● Provided material:
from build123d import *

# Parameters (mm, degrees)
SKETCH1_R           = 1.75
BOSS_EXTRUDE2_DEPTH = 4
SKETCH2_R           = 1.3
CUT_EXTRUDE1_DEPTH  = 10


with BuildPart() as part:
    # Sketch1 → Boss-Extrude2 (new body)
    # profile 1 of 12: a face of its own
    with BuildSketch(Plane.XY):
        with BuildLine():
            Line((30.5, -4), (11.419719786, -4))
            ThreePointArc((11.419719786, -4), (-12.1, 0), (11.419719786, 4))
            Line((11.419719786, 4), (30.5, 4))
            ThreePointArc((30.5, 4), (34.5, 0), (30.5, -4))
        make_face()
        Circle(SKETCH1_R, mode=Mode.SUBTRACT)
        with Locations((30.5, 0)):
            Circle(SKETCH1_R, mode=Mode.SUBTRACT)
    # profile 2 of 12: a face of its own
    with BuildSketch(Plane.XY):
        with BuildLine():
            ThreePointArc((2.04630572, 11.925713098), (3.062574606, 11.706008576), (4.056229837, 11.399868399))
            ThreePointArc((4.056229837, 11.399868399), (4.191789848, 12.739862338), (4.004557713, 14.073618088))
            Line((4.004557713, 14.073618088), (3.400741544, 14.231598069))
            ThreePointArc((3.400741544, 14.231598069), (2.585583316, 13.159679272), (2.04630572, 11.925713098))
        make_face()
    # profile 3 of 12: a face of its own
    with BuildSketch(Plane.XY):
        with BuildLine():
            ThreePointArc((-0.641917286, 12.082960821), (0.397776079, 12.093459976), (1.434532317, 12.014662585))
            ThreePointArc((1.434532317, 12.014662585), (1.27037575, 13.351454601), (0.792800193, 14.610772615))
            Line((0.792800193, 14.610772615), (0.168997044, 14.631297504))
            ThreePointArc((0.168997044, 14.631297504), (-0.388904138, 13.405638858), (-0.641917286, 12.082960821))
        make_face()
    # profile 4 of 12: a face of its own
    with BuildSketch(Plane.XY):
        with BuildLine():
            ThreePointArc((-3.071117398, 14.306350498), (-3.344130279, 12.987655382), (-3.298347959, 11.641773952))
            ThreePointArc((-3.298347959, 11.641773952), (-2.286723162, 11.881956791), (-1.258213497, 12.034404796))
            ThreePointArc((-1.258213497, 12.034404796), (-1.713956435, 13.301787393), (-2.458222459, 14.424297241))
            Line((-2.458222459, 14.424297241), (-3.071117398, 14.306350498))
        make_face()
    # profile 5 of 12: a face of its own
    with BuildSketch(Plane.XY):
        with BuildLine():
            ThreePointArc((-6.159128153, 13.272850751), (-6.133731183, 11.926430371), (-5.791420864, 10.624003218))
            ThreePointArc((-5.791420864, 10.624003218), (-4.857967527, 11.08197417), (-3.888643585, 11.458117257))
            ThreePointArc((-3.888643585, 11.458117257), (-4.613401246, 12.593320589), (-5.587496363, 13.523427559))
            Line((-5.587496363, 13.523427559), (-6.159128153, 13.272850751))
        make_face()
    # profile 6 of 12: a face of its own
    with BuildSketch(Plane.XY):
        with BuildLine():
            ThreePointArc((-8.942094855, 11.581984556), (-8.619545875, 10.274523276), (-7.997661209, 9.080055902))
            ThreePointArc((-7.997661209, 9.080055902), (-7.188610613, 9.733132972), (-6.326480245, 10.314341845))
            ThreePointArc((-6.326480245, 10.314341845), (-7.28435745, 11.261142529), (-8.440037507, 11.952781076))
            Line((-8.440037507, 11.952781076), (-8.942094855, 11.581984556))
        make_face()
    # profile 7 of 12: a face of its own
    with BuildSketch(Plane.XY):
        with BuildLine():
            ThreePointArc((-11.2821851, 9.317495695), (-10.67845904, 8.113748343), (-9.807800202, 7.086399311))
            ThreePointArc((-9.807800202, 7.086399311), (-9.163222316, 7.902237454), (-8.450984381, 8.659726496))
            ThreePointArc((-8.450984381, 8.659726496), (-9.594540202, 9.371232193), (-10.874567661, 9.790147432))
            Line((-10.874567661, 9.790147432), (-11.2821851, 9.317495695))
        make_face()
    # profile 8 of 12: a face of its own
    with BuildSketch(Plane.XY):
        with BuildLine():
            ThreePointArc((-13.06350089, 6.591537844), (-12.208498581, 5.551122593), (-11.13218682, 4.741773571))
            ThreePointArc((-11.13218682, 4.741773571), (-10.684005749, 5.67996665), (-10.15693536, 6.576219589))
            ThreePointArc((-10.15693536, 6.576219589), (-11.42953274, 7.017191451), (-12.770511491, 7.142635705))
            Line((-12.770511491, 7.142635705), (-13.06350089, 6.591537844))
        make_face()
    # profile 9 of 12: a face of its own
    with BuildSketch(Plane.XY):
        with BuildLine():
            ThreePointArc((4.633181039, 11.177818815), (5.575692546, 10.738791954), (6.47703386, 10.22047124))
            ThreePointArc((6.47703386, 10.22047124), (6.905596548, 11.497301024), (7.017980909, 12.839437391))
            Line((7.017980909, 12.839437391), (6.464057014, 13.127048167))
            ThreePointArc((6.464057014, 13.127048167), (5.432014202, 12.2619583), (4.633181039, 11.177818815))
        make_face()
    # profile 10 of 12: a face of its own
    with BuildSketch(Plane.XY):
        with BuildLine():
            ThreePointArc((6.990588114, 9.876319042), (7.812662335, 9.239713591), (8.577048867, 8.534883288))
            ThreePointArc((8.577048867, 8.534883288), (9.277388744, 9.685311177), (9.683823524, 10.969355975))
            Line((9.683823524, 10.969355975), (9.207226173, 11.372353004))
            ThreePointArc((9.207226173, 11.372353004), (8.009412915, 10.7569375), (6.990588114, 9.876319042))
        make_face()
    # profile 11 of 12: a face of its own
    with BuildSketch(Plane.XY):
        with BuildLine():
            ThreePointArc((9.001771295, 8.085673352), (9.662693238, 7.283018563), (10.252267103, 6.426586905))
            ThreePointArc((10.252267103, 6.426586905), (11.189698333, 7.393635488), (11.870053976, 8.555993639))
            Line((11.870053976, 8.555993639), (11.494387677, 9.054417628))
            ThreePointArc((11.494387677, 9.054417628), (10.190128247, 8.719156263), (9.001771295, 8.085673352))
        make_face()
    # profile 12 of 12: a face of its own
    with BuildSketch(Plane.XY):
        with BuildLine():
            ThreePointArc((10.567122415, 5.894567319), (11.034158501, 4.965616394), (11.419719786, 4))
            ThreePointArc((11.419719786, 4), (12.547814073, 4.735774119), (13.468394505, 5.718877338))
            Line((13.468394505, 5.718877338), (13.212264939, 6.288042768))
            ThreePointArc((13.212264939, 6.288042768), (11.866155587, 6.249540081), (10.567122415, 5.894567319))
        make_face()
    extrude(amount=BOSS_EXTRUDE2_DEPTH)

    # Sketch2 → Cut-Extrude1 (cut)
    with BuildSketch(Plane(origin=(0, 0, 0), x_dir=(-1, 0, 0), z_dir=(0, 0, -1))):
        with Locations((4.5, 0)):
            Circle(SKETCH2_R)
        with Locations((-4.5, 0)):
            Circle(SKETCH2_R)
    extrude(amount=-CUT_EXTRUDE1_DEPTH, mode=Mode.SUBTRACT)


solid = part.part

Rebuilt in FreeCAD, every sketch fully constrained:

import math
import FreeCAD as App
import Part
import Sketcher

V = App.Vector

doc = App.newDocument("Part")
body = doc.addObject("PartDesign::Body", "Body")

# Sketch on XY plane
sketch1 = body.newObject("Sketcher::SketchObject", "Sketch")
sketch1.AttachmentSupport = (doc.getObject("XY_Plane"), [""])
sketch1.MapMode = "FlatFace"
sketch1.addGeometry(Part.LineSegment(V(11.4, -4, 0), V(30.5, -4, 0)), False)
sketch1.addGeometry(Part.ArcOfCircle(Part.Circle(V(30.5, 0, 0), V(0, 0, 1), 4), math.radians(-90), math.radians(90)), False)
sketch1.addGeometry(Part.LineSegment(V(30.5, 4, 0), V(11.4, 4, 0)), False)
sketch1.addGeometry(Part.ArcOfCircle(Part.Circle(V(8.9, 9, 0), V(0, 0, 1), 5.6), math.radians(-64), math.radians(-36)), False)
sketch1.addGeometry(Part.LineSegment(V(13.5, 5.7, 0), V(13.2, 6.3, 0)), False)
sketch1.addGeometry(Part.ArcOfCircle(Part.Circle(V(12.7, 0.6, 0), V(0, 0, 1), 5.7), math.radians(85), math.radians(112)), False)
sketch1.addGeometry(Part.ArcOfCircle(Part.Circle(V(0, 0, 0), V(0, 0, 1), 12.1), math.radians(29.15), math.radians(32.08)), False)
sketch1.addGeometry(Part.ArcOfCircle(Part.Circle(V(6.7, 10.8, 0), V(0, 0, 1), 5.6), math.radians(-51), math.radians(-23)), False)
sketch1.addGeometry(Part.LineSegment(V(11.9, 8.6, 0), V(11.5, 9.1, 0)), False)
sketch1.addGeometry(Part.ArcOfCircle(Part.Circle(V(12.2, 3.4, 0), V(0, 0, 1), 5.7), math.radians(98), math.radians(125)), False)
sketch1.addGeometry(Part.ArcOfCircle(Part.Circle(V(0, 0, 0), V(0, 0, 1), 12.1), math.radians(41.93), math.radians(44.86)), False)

● Description of the task: Look above for the line holding "5.551122593), (-11.13218682, 4.741773571))". Print it and every line after it, exactly, through the line holding "7.017191451), (-12.770511491, 7.142635705))".

● Result of the task:
            ThreePointArc((-13.06350089, 6.591537844), (-12.208498581, 5.551122593), (-11.13218682, 4.741773571))
            ThreePointArc((-11.13218682, 4.741773571), (-10.684005749, 5.67996665), (-10.15693536, 6.576219589))
            ThreePointArc((-10.15693536, 6.576219589), (-11.42953274, 7.017191451), (-12.770511491, 7.142635705))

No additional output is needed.